You and I probably follow this stuff more than the average person. These days it's pretty much my job to. And yet I missed Carrier-IQ, the Android vendor malware. Eventually read about it a year after the first investigations. Also I almost missed the Apple CSAM debacle, being busy with a couple of contracts. Total time from tentative leak, through disclosure, expert-public outrage to Apple backing down was about 8 weeks, please correct me if I am wrong?

This is Blotto front exhaustion and fatigue in action. It's in the counter-terrorism literature. When you're under attack on many fronts, and adversaries regularly create new ones, and attacks are frequent but random, eventually some get through.

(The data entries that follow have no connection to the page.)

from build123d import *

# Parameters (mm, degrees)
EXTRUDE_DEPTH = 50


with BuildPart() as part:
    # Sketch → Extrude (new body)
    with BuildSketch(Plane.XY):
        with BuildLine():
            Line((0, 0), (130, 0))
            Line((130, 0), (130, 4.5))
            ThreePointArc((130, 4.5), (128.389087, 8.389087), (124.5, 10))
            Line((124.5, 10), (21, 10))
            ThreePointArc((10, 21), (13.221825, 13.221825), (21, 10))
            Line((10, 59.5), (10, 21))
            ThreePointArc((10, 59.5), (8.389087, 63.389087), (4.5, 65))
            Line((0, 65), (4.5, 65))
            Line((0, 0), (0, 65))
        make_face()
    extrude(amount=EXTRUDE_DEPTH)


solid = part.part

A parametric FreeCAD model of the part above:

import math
import FreeCAD as App
import Part
import Sketcher

V = App.Vector

doc = App.newDocument("Part")
body = doc.addObject("PartDesign::Body", "Body")

# Sketch on XY plane
sketch1 = doc.addObject("Sketcher::SketchObject", "Sketch")
body.addObject(sketch1)
sketch1.AttachmentSupport = (doc.XY_Plane, [""])
sketch1.MapMode = "FlatFace"
sketch1.addGeometry([
    Part.LineSegment(V(0, 0, 0), V(130, 0, 0)),  # 0
    Part.LineSegment(V(130, 0, 0), V(130, 4.5, 0)),  # 1
    Part.ArcOfCircle(Part.Circle(V(124.5, 4.5, 0), V(0, 0, 1), 5.5), math.radians(0), math.radians(90)),  # 2
    Part.LineSegment(V(124.5, 10, 0), V(21, 10, 0)),  # 3
    Part.ArcOfCircle(Part.Circle(V(21, 21, 0), V(0, 0, 1), 11), math.radians(180), math.radians(270)),  # 4
    Part.LineSegment(V(10, 21, 0), V(10, 59.5, 0)),  # 5
    Part.ArcOfCircle(Part.Circle(V(4.5, 59.5, 0), V(0, 0, 1), 5.5), math.radians(0), math.radians(90)),  # 6
    Part.LineSegment(V(4.5, 65, 0), V(0, 65, 0)),  # 7
    Part.LineSegment(V(0, 65, 0), V(0, 0, 0)),  # 8
], False)
sketch1.addConstraint([
    Sketcher.Constraint("Coincident", 0, 2, 1, 1),
    Sketcher.Constraint("Tangent", 1, 2, 2, 1),
    Sketcher.Constraint("Tangent", 2, 2, 3, 1),
    Sketcher.Constraint("Tangent", 3, 2, 4, 2),
    Sketcher.Constraint("Tangent", 4, 1, 5, 1),
    Sketcher.Constraint("Tangent", 5, 2, 6, 1),
    Sketcher.Constraint("Tangent", 6, 2, 7, 1),
    Sketcher.Constraint("Coincident", 7, 2, 8, 1),
    Sketcher.Constraint("Coincident", 8, 2, 0, 1),
    Sketcher.Constraint("Horizontal", 0),
    Sketcher.Constraint("Vertical", 1),
    Sketcher.Constraint("Horizontal", 3),
    Sketcher.Constraint("Vertical", 5),
    Sketcher.Constraint("Horizontal", 7),
    Sketcher.Constraint("Vertical", 8),
    Sketcher.Constraint("Coincident", 8, 2, -1, 1),
    Sketcher.Constraint("Equal", 2, 6),
    Sketcher.Constraint("Equal", 7, 1),
    Sketcher.Constraint("Radius", 4, 10.999999),
    Sketcher.Constraint("Radius", 2, 5.500001),
    Sketcher.Constraint("DistanceX", 0, 1, 0, 2, 130.0),
    Sketcher.Constraint("DistanceY", 8, 2, 8, 1, 65.0),
    Sketcher.Constraint("DistanceX", 3, 2, 3, 1, 103.5),
])
pad1 = doc.addObject("PartDesign::Pad", "Pad")
body.addObject(pad1)
pad1.Profile = sketch1
pad1.Length = 50

doc.recompute()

And I very much consider "big tech" to be adversaries in the civic cyber-security game, because they can and will do whatever would make them money, bending and breaking laws, covering up wrongdoing, silencing critics and smearing whistleblowers. They've done so reliably for years.

Perhaps at issue is what we think a "scandal" is.

Scandals used to be mainstream news events that caused widespread public discontent, led to lengthy investigations. government reports, companies being fined, shut down, careers being ruined, even suicides and jail time....

Today the word has lost its currency. Data leaks were once scandalous but we long passed the point when weekly and then daily major breaches lost the interest of the media. By definition, news has to be something new. Otherwise it's "Oh-Dearism". Again, company X installing malware and spying on you is hardly raising eyebrows. People are coming to expect it.

I'm not making a point of moral outrage, or even passing much by way of judgement here. It's just what's happening. But the essential "criminality" of big-tech (if only in spirit not letter) does have profound implications for the future of digital technology, and we should not ignore it. The possibility that the main players have been silently compromising rented VMs for reasons other than mandated law-enforcement should not be lightly dismissed.

I'm curious to know what you think the mechanism/psychology is at play in the "people not caring", other than the fatigue factor I mentioned.


China did not shrug and forced the development of local equivalents like a little more than a decade ago.

And theyre now still painted as the bad guy for "censoring".


Censoring and forcing local equivalents is a false equivalence.

The censoring makes the western internet quite hard to use without vpns (or last time I was there, Google Fi seemed to not have to go through the firewall and routed the traffic through Europe somehow?)